【学マス】閉じてなお目を焼く【SS】

  • 1二次元好きの匿名さん25/05/02(金) 00:19:15
  • 2二次元好きの匿名さん25/05/02(金) 00:20:40

    プロデューサーたるもの、担当アイドルへの評価は贔屓目なしで、客観的なものでなければならない。担当アイドルに惚れ込んでいるのはプロデューサーなら皆同じだが、感情的になりすぎてはいけない。のめり込んではいけない。盲目であってはならない。でも自分ならなんてことはない。そう思っていた。
    太陽だ。と思った。広いステージに一人で立ち、暑いほどのライトを浴びてなお一番輝いているのは彼女だった。完璧なパフォーマンス。目を離すことを許さない、言語化できない魅力。会場中は彼女を中心に回っていた。無駄に回る頭が腹立たしいほど彼女は魅力的だった。
    目が合った。歌詞の力強さにはそぐわない喜色が目に乗っていた、気がする。雷に打たれたような心地だった。その時俺は彼女のプロデューサーではなくただの彼女のファンだった。

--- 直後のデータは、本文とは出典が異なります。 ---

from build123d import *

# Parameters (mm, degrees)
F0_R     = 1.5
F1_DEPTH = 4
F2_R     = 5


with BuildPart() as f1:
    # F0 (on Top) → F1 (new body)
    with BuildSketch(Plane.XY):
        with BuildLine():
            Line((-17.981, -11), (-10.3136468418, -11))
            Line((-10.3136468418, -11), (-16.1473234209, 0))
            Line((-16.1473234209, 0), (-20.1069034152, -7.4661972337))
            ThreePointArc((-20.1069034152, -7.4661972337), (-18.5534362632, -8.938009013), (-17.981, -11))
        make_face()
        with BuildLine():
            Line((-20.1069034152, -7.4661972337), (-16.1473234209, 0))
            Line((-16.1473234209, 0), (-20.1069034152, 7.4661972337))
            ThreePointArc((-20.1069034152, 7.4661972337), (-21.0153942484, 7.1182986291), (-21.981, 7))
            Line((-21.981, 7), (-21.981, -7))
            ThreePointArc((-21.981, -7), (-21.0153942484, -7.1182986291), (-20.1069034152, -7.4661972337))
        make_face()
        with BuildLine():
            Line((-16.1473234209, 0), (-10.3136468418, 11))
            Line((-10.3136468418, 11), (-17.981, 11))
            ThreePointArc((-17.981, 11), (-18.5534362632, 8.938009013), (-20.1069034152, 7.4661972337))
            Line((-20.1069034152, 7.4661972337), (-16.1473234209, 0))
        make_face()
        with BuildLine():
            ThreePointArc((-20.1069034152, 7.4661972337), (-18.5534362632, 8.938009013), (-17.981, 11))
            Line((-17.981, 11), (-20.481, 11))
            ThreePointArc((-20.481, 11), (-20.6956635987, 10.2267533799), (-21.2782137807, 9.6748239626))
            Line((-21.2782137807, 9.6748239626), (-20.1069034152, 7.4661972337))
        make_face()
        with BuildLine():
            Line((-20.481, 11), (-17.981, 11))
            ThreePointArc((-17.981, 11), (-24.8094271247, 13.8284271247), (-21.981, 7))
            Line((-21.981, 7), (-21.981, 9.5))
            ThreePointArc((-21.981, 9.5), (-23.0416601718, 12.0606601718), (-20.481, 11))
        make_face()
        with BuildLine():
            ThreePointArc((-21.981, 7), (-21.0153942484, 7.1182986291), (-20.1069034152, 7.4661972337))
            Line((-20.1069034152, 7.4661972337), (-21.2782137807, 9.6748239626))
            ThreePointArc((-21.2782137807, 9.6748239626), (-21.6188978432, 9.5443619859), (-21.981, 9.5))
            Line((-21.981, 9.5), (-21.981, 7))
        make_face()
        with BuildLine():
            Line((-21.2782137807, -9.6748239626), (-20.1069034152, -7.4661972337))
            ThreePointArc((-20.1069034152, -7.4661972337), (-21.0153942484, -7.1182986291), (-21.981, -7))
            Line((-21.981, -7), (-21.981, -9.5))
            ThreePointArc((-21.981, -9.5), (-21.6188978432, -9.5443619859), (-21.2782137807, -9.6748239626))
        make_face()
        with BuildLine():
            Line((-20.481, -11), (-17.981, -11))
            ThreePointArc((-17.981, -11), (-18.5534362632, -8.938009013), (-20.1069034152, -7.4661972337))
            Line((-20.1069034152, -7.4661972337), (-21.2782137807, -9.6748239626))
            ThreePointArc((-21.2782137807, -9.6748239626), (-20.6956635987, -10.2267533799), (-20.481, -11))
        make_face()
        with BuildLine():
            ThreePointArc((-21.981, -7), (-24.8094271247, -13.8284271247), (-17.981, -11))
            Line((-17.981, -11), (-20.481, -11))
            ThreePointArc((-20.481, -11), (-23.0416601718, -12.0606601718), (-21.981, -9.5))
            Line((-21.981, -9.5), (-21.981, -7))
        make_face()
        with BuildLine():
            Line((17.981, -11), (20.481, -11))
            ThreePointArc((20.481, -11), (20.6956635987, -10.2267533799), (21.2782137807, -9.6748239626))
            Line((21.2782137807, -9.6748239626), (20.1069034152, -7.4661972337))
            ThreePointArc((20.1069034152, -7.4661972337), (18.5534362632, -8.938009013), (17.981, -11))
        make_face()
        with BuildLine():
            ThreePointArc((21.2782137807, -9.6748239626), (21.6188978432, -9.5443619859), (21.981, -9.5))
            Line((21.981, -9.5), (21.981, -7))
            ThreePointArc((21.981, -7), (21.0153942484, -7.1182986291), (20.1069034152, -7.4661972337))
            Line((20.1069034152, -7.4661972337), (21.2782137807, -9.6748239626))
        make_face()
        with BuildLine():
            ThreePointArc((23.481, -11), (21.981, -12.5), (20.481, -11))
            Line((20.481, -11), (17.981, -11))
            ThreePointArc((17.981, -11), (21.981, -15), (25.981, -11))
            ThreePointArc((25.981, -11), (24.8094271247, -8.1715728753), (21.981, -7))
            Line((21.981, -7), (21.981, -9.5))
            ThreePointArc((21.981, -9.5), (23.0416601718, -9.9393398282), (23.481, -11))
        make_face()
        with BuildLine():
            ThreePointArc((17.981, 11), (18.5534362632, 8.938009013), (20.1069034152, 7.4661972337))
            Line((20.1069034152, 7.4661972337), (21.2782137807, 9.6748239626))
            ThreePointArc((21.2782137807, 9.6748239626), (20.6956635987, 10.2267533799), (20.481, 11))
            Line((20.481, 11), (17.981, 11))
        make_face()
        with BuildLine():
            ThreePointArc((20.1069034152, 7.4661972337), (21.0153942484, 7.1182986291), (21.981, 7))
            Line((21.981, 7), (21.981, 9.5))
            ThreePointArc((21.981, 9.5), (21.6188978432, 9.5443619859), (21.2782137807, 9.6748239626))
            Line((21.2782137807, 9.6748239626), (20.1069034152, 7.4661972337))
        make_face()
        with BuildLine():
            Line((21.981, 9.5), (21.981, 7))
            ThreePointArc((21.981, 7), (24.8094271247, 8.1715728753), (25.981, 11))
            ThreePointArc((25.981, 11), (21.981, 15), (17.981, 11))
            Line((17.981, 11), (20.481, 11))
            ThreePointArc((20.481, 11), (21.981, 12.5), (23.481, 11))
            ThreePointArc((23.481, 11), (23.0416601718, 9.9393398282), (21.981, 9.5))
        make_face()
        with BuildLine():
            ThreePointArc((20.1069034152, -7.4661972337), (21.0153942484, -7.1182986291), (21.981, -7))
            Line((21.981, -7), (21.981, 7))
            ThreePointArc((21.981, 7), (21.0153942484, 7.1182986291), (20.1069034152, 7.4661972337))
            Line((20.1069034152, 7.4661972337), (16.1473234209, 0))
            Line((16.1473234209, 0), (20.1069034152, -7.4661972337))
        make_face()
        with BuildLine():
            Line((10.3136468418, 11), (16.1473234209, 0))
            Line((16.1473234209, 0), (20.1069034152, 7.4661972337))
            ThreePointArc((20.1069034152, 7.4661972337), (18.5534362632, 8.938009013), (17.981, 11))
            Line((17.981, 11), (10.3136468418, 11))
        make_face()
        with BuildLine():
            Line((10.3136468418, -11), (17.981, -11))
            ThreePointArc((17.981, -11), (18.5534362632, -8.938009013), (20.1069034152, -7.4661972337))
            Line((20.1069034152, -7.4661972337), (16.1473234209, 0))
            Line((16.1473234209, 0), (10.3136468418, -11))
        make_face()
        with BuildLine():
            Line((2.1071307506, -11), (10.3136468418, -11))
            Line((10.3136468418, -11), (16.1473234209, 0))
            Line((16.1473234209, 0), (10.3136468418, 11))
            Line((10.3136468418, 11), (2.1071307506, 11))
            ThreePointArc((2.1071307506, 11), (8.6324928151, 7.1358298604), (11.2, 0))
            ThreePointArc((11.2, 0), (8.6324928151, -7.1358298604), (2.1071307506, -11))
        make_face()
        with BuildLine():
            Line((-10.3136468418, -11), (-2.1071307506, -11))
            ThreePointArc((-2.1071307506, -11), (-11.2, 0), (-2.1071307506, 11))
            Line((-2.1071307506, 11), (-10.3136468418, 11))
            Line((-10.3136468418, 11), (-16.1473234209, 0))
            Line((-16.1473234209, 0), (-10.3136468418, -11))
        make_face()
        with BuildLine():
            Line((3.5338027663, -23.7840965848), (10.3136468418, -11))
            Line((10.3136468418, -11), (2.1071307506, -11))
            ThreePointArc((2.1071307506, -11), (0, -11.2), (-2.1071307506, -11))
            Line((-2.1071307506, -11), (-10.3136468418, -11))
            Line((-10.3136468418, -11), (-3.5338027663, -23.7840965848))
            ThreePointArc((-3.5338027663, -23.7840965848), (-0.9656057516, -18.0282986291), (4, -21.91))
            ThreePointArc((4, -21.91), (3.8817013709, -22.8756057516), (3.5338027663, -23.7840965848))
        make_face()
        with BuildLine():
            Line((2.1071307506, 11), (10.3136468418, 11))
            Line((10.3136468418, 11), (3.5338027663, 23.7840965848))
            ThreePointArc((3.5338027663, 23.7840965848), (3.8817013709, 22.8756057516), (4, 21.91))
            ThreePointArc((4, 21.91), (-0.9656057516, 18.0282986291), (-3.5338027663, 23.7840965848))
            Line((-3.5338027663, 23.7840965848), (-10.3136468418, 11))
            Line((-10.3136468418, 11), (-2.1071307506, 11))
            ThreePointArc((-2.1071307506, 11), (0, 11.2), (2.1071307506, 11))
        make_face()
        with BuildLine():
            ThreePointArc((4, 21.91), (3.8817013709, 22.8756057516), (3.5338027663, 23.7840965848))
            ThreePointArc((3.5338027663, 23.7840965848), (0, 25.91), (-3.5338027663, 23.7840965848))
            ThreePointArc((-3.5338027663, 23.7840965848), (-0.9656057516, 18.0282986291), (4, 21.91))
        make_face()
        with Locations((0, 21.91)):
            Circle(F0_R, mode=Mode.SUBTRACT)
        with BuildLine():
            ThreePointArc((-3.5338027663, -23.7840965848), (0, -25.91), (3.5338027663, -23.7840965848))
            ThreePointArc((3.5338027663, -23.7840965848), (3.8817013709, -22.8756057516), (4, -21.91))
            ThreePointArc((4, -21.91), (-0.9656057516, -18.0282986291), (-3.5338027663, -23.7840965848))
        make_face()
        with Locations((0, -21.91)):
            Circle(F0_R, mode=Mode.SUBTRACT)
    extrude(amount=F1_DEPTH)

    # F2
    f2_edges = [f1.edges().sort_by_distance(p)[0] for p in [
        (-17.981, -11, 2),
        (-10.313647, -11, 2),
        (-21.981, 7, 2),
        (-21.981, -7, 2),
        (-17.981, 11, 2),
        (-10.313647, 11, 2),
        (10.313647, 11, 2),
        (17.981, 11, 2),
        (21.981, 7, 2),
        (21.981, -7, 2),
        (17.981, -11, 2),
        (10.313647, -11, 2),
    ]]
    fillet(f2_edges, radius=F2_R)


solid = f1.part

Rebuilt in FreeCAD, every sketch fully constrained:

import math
import FreeCAD as App
import Part
import Sketcher
from FreeCAD import Vector


def edges_at(feature, points):
    """Names of the edges that pass closest to the given points."""
    edges = feature.Shape.Edges
    near = lambda p: min(range(len(edges)), key=lambda i: edges[i].distToShape(Part.Vertex(*p))[0])
    return sorted({f"Edge{near(p) + 1}" for p in points})

doc = App.newDocument("Part")
body = doc.addObject("PartDesign::Body", "Body")

sketch1 = doc.addObject("Sketcher::SketchObject", "Sketch")
body.addObject(sketch1)
sketch1.AttachmentSupport = (doc.XY_Plane, [""])
sketch1.MapMode = "FlatFace"
sketch1.addGeometry(Part.ArcOfCircle(Part.Circle(Vector(-22, 11, 0), Vector(0, 0, 1), 4), math.radians(0), math.radians(270)), False)
sketch1.addGeometry(Part.LineSegment(Vector(-22, 7, 0), Vector(-22, -7, 0)), False)
sketch1.addGeometry(Part.ArcOfCircle(Part.Circle(Vector(-22, -11, 0), Vector(0, 0, 1), 4), math.radians(90), math.radians(360)), False)
sketch1.addGeometry(Part.LineSegment(Vector(-18, -11, 0), Vector(-10.3, -11, 0)), False)
sketch1.addGeometry(Part.LineSegment(Vector(-10.3, -11, 0), Vector(-3.5, -23.8, 0)), False)
sketch1.addGeometry(Part.ArcOfCircle(Part.Circle(Vector(0, -21.9, 0), Vector(0, 0, 1), 4), math.radians(-152), math.radians(-28)), False)
sketch1.addGeometry(Part.LineSegment(Vector(3.5, -23.8, 0), Vector(10.3, -11, 0)), False)
sketch1.addGeometry(Part.LineSegment(Vector(10.3, -11, 0), Vector(18, -11, 0)), False)
sketch1.addGeometry(Part.ArcOfCircle(Part.Circle(Vector(22, -11, 0), Vector(0, 0, 1), 4), math.radians(180), math.radians(360)), False)
sketch1.addGeometry(Part.ArcOfCircle(Part.Circle(Vector(22, -11, 0), Vector(0, 0, 1), 4), math.radians(0), math.radians(90)), False)
sketch1.addGeometry(Part.LineSegment(Vector(22, -7, 0), Vector(22, 7, 0)), False)
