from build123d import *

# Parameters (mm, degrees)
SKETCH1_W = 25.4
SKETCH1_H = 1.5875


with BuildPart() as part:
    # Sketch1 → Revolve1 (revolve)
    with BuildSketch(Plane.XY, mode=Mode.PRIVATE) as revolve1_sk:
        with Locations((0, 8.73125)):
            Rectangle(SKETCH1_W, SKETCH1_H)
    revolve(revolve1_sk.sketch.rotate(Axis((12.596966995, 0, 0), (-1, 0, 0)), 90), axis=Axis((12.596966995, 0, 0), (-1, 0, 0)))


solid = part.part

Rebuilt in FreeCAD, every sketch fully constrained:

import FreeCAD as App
import Part
import Sketcher

V = App.Vector
Q = App.Units.Quantity


def add_polygon(sketch, points):
    """Adds a closed chain of lines whose ends are joined by coincident constraints."""
    first, n = sketch.GeometryCount, len(points)
    for a, b in zip(points, points[1:] + points[:1]):
        sketch.addGeometry(Part.LineSegment(App.Vector(*a, 0), App.Vector(*b, 0)), False)
    for i in range(n):
        sketch.addConstraint(Sketcher.Constraint("Coincident", first + i, 2, first + (i + 1) % n, 1))

doc = App.newDocument("Part")
params = doc.addObject("Spreadsheet::Sheet", "Params")
for row, (alias, value) in enumerate([
    ("sketch1_width", "1 in"),
    ("sketch1_height", "0.0625 in"),
    ("revolution_angle", "360 deg"),
], start=1):
    params.set(f"A{row}", alias)
    params.set(f"B{row}", "=" + value)
    params.setAlias(f"B{row}", alias)

body = doc.addObject("PartDesign::Body", "Body")

# Sketch on XY plane
sketch1 = body.newObject("Sketcher::SketchObject", "Sketch")
sketch1.AttachmentSupport = (doc.getObject("XY_Plane"), [""])
sketch1.MapMode = "FlatFace"
add_polygon(sketch1, [(-12.7, 9.525), (-12.7, 7.9375), (12.7, 7.9375), (12.7, 9.525)])  # lines 0-3
sketch1.addConstraint([
    Sketcher.Constraint("Vertical", 0),
    Sketcher.Constraint("Horizontal", 1),
    Sketcher.Constraint("Vertical", 2),
    Sketcher.Constraint("Horizontal", 3),
    Sketcher.Constraint("DistanceX", 1, 1, 1, 2, Q("1 in")),
    Sketcher.Constraint("DistanceX", 0, 2, -1, 1, Q("0.5 in")),
    Sketcher.Constraint("DistanceY", 0, 2, 0, 1, Q("0.0625 in")),
    Sketcher.Constraint("DistanceY", -1, 1, 0, 2, Q("0.3125 in")),
])
sketch1.setExpression("Constraints[8]", "Params.sketch1_width")
sketch1.setExpression("Constraints[10]", "Params.sketch1_height")
revolution = body.newObject("PartDesign::Revolution", "Revolution")
revolution.Profile = sketch1
revolution.ReferenceAxis = (sketch1, ["H_Axis"])
revolution.setExpression("Angle", "Params.revolution_angle")

doc.recompute()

  • 3二次元好きの匿名さん25/05/02(金) 00:21:18

    我に帰った時には彼女はもう俺の前から遠く離れた位置で光を放っていた。もっと、と思ってしまって心臓が跳ねた。どうして。別に単なるファンサービスだ。俺だけが特別なわけじゃない。彼女は誰に対しても平等に接する人だ。
    隣から大きな歓声が上がる。何の気なしに目をやったことに後悔した。そこにいたのは花海さんだった。知り合いなのだから当然だ。咲季さんと関わりが深い俺たちが隣にいるのは当然だ。でも、でもそのせいで気づいてしまった。さっきの胸の高鳴りは単なる自意識過剰だったのだと。彼女は誰に対しても平等だ。ただ一人、彼女の妹を除いて。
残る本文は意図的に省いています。